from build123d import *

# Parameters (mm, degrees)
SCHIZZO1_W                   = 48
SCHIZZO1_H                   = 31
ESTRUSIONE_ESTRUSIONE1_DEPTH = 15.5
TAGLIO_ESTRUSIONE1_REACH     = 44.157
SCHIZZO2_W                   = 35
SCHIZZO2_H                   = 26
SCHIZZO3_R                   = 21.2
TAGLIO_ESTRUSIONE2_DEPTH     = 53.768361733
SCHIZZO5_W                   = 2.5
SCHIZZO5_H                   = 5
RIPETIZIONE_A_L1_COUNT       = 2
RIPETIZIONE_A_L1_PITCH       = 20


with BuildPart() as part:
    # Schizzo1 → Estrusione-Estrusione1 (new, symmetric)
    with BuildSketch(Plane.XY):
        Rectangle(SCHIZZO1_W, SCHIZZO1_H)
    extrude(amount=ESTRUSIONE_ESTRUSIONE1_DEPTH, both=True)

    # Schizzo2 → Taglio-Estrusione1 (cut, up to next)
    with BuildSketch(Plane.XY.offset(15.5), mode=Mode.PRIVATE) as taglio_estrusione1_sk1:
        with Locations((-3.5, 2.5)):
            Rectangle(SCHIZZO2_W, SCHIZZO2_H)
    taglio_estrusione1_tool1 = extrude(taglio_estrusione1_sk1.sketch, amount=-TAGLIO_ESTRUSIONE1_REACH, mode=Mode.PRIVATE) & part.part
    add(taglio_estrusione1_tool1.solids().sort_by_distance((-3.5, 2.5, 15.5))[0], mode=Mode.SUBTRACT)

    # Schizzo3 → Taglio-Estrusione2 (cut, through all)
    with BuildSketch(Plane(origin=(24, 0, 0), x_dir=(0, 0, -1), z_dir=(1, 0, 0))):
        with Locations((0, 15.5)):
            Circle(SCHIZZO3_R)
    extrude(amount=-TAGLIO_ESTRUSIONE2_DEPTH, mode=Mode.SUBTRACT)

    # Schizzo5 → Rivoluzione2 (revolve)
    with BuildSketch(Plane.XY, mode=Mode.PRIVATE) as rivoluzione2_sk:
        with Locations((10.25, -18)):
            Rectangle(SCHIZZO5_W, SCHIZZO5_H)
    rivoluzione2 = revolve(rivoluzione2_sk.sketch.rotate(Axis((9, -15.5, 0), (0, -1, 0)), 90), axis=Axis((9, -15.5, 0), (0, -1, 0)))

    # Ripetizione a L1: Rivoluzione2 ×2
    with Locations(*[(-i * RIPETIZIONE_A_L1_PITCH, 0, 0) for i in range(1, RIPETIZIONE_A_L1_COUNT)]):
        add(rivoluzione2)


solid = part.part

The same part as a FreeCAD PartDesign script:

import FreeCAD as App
import Part
import Sketcher


def add_polygon(sketch, points):
    """Adds a closed chain of lines whose ends are joined by coincident constraints."""
    first, n = sketch.GeometryCount, len(points)
    for a, b in zip(points, points[1:] + points[:1]):
        sketch.addGeometry(Part.LineSegment(App.Vector(*a, 0), App.Vector(*b, 0)), False)
    for i in range(n):
        sketch.addConstraint(Sketcher.Constraint("Coincident", first + i, 2, first + (i + 1) % n, 1))

doc = App.newDocument("Part")
params = doc.addObject("Spreadsheet::Sheet", "Params")
for row, (alias, value) in enumerate([
    ("sketch1_width", "48 mm"),
    ("sketch1_height", "31 mm"),
    ("pad1_length", "31 mm"),
    ("sketch2_width", "35 mm"),
    ("sketch2_height", "26 mm"),
    ("sketch3_diameter", "42.4 mm"),
    ("sketch4_height", "5 mm"),
    ("sketch4_width", "2.5 mm"),
    ("revolution_angle", "360 deg"),
    ("linearpattern_pitch", "20 mm"),
], start=1):
    params.set(f"A{row}", alias)
    params.set(f"B{row}", "=" + value)
    params.setAlias(f"B{row}", alias)

body = doc.addObject("PartDesign::Body", "Body")

sketch1 = body.newObject("Sketcher::SketchObject", "Sketch")
sketch1.AttachmentSupport = (doc.getObject("XY_Plane"), [""])
sketch1.MapMode = "FlatFace"
add_polygon(sketch1, [(-24, 16), (-24, -16), (24, -16), (24, 16)])
sketch1.addConstraint([
    Sketcher.Constraint("Vertical", 0),
    Sketcher.Constraint("Horizontal", 1),
    Sketcher.Constraint("Vertical", 2),
    Sketcher.Constraint("Horizontal", 3),
    Sketcher.Constraint("Symmetric", 0, 2, 2, 2, -1, 1),
    Sketcher.Constraint("DistanceX", 1, 1, 1, 2, 48.0),
    Sketcher.Constraint("DistanceY", 0, 2, 0, 1, 31.0),
])
sketch1.setExpression("Constraints[9]", "Params.sketch1_width")
sketch1.setExpression("Constraints[10]", "Params.sketch1_height")
pad1 = body.newObject("PartDesign::Pad", "Pad")
pad1.Profile = sketch1
pad1.setExpression("Length", "Params.pad1_length")
pad1.Midplane = True

sketch2 = body.newObject("Sketcher::SketchObject", "Sketch001")
sketch2.AttachmentSupport = (doc.getObject("XY_Plane"), [""])
sketch2.MapMode = "FlatFace"
sketch2.AttachmentOffset = App.Placement(App.Vector(0, 0, 15.5), App.Rotation())
add_polygon(sketch2, [(-21, 16), (-21, -10), (14, -10), (14, 16)])
sketch2.addConstraint([
    Sketcher.Constraint("Vertical", 0),
    Sketcher.Constraint("Horizontal", 1),
    Sketcher.Constraint("Vertical", 2),
    Sketcher.Constraint("Horizontal", 3),
    Sketcher.Constraint("DistanceX", 1, 1, 1, 2, 35.0),
    Sketcher.Constraint("DistanceY", 0, 2, 0, 1, 26.0),
    Sketcher.Constraint("DistanceX", 0, 2, -1, 1, 21.0),
    Sketcher.Constraint("DistanceY", 0, 2, -1, 1, 10.5),
])
sketch2.setExpression("Constraints[8]", "Params.sketch2_width")
sketch2.setExpression("Constraints[9]", "Params.sketch2_height")
pocket1 = body.newObject("PartDesign::Pocket", "Pocket")
pocket1.Profile = sketch2
pocket1.Type = "UpToFirst"

sketch3 = body.newObject("Sketcher::SketchObject", "Sketch002")
sketch3.AttachmentSupport = (doc.getObject("YZ_Plane"), [""])
sketch3.MapMode = "FlatFace"
sketch3.AttachmentOffset = App.Placement(App.Vector(0, 0, 24), App.Rotation())
sketch3.addGeometry(Part.Circle(App.Vector(16, 0, 0), App.Vector(0, 0, 1), 21), False)
sketch3.addConstraint([
    Sketcher.Constraint("PointOnObject", 0, 3, -1),
    Sketcher.Constraint("Diameter", 0, 42.4),
    Sketcher.Constraint("DistanceX", -1, 1, 0, 3, 15.5),
])
sketch3.setExpression("Constraints[1]", "Params.sketch3_diameter")
pocket2 = body.newObject("PartDesign::Pocket", "Pocket001")
pocket2.Profile = sketch3
pocket2.Type = "ThroughAll"

sketch4 = body.newObject("Sketcher::SketchObject", "Sketch003")
sketch4.AttachmentSupport = (doc.getObject("XY_Plane"), [""])
sketch4.MapMode = "FlatFace"
add_polygon(sketch4, [(9, -15.5), (9, -20.5), (11.5, -20.5), (11.5, -15.5)])
sketch4.addGeometry(Part.LineSegment(App.Vector(9, -15.5, 0), App.Vector(9, -20.5, 0)), True)
sketch4.addConstraint([
    Sketcher.Constraint("Vertical", 0),
    Sketcher.Constraint("Horizontal", 1),
    Sketcher.Constraint("Vertical", 2),
    Sketcher.Constraint("Horizontal", 3),
    Sketcher.Constraint("Vertical", 4),
    Sketcher.Constraint("Coincident", 4, 1, 3, 2),
    Sketcher.Constraint("Horizontal", 1, 2, 4, 2),
    Sketcher.Constraint("DistanceY", 0, 2, 0, 1, 5.0),
    Sketcher.Constraint("DistanceX", 1, 1, 1, 2, 2.5),
    Sketcher.Constraint("DistanceX", -1, 1, 0, 2, 9.0),
    Sketcher.Constraint("DistanceY", 0, 2, -1, 1, 20.5),
])
sketch4.setExpression("Constraints[11]", "Params.sketch4_height")
sketch4.setExpression("Constraints[12]", "Params.sketch4_width")
revolution = body.newObject("PartDesign::Revolution", "Revolution")
revolution.Profile = sketch4
revolution.ReferenceAxis = (sketch4, ["Axis0"])
revolution.setExpression("Angle", "Params.revolution_angle")
doc.recompute()

linearpattern = body.newObject("PartDesign::LinearPattern", "LinearPattern")
linearpattern.Originals = [revolution]
linearpattern.Direction = (doc.getObject("X_Axis"), [""])
linearpattern.Mode = "offset"
linearpattern.setExpression("Offset", "Params.linearpattern_pitch")
linearpattern.Occurrences = 2
linearpattern.Reversed = True
body.Tip = linearpattern

doc.recompute()
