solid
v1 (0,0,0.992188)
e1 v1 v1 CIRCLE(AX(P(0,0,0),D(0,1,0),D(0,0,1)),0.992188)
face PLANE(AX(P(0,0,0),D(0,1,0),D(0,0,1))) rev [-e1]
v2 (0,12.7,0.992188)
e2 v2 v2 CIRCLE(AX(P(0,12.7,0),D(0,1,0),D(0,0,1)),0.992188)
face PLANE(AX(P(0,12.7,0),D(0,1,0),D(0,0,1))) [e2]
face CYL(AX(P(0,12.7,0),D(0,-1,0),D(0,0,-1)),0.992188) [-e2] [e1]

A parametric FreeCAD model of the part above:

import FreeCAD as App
import Part
import Sketcher
from FreeCAD import Vector
Q = App.Units.Quantity

doc = App.newDocument("Part")
body = doc.addObject("PartDesign::Body", "Body")

# Sketch on XZ plane
sketch1 = doc.addObject("Sketcher::SketchObject", "Sketch")
body.addObject(sketch1)
sketch1.AttachmentSupport = (doc.XZ_Plane, [""])
sketch1.MapMode = "FlatFace"
sketch1.addGeometry(Part.Circle(Vector(0, 0, 0), Vector(0, 0, 1), 1), False)
sketch1.addConstraint(Sketcher.Constraint("Coincident", 0, 3, -1, 1))
sketch1.addConstraint(Sketcher.Constraint("Diameter", 0, Q("0.078125 in")))
pad1 = doc.addObject("PartDesign::Pad", "Pad")
body.addObject(pad1)
pad1.Profile = sketch1
pad1.Length = Q("0.5 in")
pad1.Reversed = True

doc.recompute()
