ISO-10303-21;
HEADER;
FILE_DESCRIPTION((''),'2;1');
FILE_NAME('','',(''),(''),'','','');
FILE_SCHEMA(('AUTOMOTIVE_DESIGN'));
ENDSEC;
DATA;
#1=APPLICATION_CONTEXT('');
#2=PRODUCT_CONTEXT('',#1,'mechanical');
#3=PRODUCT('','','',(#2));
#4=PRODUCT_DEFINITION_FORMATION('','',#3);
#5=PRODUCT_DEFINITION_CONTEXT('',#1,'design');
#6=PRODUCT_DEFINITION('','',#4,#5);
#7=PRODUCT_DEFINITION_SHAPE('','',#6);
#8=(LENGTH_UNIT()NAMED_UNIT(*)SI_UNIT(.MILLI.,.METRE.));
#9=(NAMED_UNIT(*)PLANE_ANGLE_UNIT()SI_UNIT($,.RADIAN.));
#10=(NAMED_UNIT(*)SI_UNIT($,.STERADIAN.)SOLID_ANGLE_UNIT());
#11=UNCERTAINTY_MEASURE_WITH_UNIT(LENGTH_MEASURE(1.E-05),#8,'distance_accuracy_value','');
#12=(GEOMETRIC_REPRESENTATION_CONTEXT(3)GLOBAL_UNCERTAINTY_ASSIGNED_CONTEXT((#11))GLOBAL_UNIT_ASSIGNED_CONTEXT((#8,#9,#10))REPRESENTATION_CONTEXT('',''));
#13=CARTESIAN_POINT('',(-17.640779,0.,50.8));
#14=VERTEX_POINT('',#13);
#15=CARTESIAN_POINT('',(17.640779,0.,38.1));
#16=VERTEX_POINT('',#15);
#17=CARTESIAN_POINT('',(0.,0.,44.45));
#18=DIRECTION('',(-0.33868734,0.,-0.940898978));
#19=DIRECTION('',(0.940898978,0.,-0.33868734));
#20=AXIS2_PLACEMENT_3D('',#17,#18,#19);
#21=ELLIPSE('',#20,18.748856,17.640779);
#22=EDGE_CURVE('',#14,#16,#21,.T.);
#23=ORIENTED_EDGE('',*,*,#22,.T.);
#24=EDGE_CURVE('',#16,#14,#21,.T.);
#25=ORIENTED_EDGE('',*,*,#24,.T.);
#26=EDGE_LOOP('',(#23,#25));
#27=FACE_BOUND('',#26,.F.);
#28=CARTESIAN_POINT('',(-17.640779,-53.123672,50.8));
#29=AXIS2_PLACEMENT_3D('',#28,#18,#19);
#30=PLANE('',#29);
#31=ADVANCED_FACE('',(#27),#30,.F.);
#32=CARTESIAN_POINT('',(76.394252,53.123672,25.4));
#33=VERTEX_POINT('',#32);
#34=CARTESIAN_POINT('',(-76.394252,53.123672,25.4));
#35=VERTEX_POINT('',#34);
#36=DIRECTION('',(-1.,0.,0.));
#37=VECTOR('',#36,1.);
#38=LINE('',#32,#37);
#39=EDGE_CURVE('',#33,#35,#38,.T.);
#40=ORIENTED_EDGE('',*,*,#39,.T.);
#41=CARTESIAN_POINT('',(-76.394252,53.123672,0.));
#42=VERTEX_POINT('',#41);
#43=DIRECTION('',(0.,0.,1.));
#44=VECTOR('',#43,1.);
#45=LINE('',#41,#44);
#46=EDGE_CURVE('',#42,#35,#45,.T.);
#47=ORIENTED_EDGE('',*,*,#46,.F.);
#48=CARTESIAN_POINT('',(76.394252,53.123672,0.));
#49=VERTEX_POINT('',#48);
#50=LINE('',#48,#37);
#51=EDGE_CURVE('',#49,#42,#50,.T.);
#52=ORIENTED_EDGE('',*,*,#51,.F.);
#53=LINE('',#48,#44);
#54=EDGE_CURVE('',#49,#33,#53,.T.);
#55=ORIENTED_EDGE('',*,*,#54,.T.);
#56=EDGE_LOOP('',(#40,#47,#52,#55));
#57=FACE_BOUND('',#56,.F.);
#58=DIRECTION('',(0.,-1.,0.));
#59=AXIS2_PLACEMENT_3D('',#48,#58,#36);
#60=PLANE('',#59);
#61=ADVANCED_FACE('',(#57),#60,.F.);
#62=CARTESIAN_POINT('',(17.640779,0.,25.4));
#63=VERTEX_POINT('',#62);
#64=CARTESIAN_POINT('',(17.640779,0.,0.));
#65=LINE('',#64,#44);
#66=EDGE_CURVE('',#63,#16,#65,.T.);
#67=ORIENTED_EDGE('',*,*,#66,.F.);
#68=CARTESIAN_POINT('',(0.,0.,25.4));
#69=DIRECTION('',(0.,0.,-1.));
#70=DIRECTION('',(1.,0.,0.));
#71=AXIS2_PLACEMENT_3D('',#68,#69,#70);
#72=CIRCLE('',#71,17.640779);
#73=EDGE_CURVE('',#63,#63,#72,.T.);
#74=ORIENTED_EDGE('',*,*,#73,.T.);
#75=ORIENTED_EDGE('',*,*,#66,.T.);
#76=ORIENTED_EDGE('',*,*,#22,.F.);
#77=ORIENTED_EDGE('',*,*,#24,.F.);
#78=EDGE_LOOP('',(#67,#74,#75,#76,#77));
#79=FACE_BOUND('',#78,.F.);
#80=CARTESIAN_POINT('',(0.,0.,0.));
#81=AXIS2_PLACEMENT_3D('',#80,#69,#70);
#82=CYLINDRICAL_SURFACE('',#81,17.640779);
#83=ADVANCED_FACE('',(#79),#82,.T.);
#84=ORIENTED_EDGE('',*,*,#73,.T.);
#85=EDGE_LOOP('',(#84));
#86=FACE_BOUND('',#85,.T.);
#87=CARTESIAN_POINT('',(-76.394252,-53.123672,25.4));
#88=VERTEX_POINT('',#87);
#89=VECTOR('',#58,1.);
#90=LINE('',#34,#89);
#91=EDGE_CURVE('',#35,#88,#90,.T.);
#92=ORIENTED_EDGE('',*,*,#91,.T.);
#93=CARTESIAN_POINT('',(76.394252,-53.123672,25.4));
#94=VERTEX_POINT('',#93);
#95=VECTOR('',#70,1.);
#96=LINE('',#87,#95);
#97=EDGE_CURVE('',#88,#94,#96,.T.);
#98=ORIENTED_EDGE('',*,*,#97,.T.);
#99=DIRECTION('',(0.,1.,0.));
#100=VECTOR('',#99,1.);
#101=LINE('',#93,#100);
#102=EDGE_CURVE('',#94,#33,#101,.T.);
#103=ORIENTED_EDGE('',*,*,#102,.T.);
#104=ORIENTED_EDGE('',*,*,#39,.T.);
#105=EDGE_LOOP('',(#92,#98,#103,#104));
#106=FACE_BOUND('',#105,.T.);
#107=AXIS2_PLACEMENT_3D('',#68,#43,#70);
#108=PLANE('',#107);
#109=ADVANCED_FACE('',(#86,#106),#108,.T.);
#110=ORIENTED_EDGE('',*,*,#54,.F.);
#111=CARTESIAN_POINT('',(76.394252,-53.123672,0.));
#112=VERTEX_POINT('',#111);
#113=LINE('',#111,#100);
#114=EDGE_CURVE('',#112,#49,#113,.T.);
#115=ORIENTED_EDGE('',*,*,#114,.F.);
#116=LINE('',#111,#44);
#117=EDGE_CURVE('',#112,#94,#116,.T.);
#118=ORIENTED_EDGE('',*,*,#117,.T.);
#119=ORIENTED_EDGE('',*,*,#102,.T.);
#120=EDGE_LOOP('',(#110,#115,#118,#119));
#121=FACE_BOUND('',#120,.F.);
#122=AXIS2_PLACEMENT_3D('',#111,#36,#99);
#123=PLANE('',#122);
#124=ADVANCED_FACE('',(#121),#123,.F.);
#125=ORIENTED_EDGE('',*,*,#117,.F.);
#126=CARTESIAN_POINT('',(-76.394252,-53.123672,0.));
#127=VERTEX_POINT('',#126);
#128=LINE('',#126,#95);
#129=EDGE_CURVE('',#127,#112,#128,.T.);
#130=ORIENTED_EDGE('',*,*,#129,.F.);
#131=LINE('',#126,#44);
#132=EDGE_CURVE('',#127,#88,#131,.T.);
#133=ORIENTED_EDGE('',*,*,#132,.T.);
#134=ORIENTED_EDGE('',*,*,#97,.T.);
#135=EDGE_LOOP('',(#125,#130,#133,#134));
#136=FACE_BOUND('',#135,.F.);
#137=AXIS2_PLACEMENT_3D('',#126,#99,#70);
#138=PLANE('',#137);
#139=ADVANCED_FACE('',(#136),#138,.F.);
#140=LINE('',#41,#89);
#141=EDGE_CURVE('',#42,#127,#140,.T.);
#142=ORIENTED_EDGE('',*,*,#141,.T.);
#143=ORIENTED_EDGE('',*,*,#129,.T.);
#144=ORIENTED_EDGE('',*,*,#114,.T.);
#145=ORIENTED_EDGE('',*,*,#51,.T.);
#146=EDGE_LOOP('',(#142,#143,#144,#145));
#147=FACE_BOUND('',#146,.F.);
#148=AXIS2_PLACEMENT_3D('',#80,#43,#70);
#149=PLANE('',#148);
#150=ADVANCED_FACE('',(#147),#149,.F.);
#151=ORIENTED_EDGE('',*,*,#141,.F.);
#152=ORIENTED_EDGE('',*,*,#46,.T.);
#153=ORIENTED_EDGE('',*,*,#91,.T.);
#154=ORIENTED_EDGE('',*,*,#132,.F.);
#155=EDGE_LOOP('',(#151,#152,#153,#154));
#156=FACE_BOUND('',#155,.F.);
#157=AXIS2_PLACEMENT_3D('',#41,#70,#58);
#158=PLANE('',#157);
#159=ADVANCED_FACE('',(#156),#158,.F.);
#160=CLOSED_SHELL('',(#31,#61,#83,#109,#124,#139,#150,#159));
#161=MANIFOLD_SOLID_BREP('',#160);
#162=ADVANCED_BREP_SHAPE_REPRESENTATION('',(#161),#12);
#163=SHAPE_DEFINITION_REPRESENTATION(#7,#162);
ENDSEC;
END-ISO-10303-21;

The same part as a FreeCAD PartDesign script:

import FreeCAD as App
import Part
import Sketcher
Q = App.Units.Quantity


def add_polygon(sketch, points):
    """Adds a closed chain of lines whose ends are joined by coincident constraints."""
    first, n = sketch.GeometryCount, len(points)
    for a, b in zip(points, points[1:] + points[:1]):
        sketch.addGeometry(Part.LineSegment(App.Vector(*a, 0), App.Vector(*b, 0)), False)
    for i in range(n):
        sketch.addConstraint(Sketcher.Constraint("Coincident", first + i, 2, first + (i + 1) % n, 1))

doc = App.newDocument("Part")
body = doc.addObject("PartDesign::Body", "Body")

sketch1 = body.newObject("Sketcher::SketchObject", "Sketch")
sketch1.AttachmentSupport = (doc.getObject("XY_Plane"), [""])
sketch1.MapMode = "FlatFace"
add_polygon(sketch1, [(-76.394252, -53.123672), (76.394252, -53.123672), (76.394252, 53.123672), (-76.394252, 53.123672)])
sketch1.addConstraint([
    Sketcher.Constraint("Horizontal", 0),
    Sketcher.Constraint("Vertical", 1),
    Sketcher.Constraint("Horizontal", 2),
    Sketcher.Constraint("Vertical", 3),
    Sketcher.Constraint("Symmetric", 0, 2, 2, 2, -1, 1),
    Sketcher.Constraint("DistanceX", 0, 1, 0, 2, Q("152.788504 mm")),
    Sketcher.Constraint("DistanceY", 1, 1, 1, 2, Q("106.247344 mm")),
])
pad1 = body.newObject("PartDesign::Pad", "Pad")
pad1.Profile = sketch1
pad1.Length = Q("1 in")

sketch2 = body.newObject("Sketcher::SketchObject", "Sketch001")
sketch2.AttachmentSupport = (doc.getObject("XY_Plane"), [""])
sketch2.MapMode = "FlatFace"
sketch2.addGeometry(Part.Circle(App.Vector(0, 0, 0), App.Vector(0, 0, 1), 17.640779), False)
sketch2.addConstraint([
    Sketcher.Constraint("Coincident", 0, 3, -1, 1),
    Sketcher.Constraint("Diameter", 0, Q("35.281558 mm")),
])
pad2 = body.newObject("PartDesign::Pad", "Pad001")
pad2.Profile = sketch2
pad2.Length = Q("2 in")

sketch3 = body.newObject("Sketcher::SketchObject", "Sketch002")
sketch3.AttachmentSupport = (doc.getObject("XZ_Plane"), [""])
sketch3.MapMode = "FlatFace"
sketch3.AttachmentOffset = App.Placement(App.Vector(0, 0, 53.123672), App.Rotation())
add_polygon(sketch3, [(17.640779, 50.8), (-17.640779, 50.8), (17.640779, 38.1)])
sketch3.addConstraint([
    Sketcher.Constraint("Horizontal", 0),
    Sketcher.Constraint("Vertical", 2),
    Sketcher.Constraint("DistanceY", 2, 1, 2, 2, Q("0.5 in")),
    Sketcher.Constraint("DistanceY", -1, 1, 0, 2, Q("2 in")),
    Sketcher.Constraint("Distance", 1, Q("37.497711 mm")),
    Sketcher.Constraint("DistanceX", 0, 2, -1, 1, Q("17.640779 mm")),
])
pocket1 = body.newObject("PartDesign::Pocket", "Pocket")
pocket1.Profile = sketch3
pocket1.Type = "ThroughAll"

doc.recompute()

▶ _Exercise requirements_
What lines above mention "BuildSketch"? Copy each one.

▶ _Answer to this task_
    with BuildSketch(Plane.XY):
    with BuildSketch(Plane.XY.offset(15.5), mode=Mode.PRIVATE) as taglio_estrusione1_sk1:
    with BuildSketch(Plane(origin=(24, 0, 0), x_dir=(0, 0, -1), z_dir=(1, 0, 0))):
    with BuildSketch(Plane.XY, mode=Mode.PRIVATE) as rivoluzione2_sk:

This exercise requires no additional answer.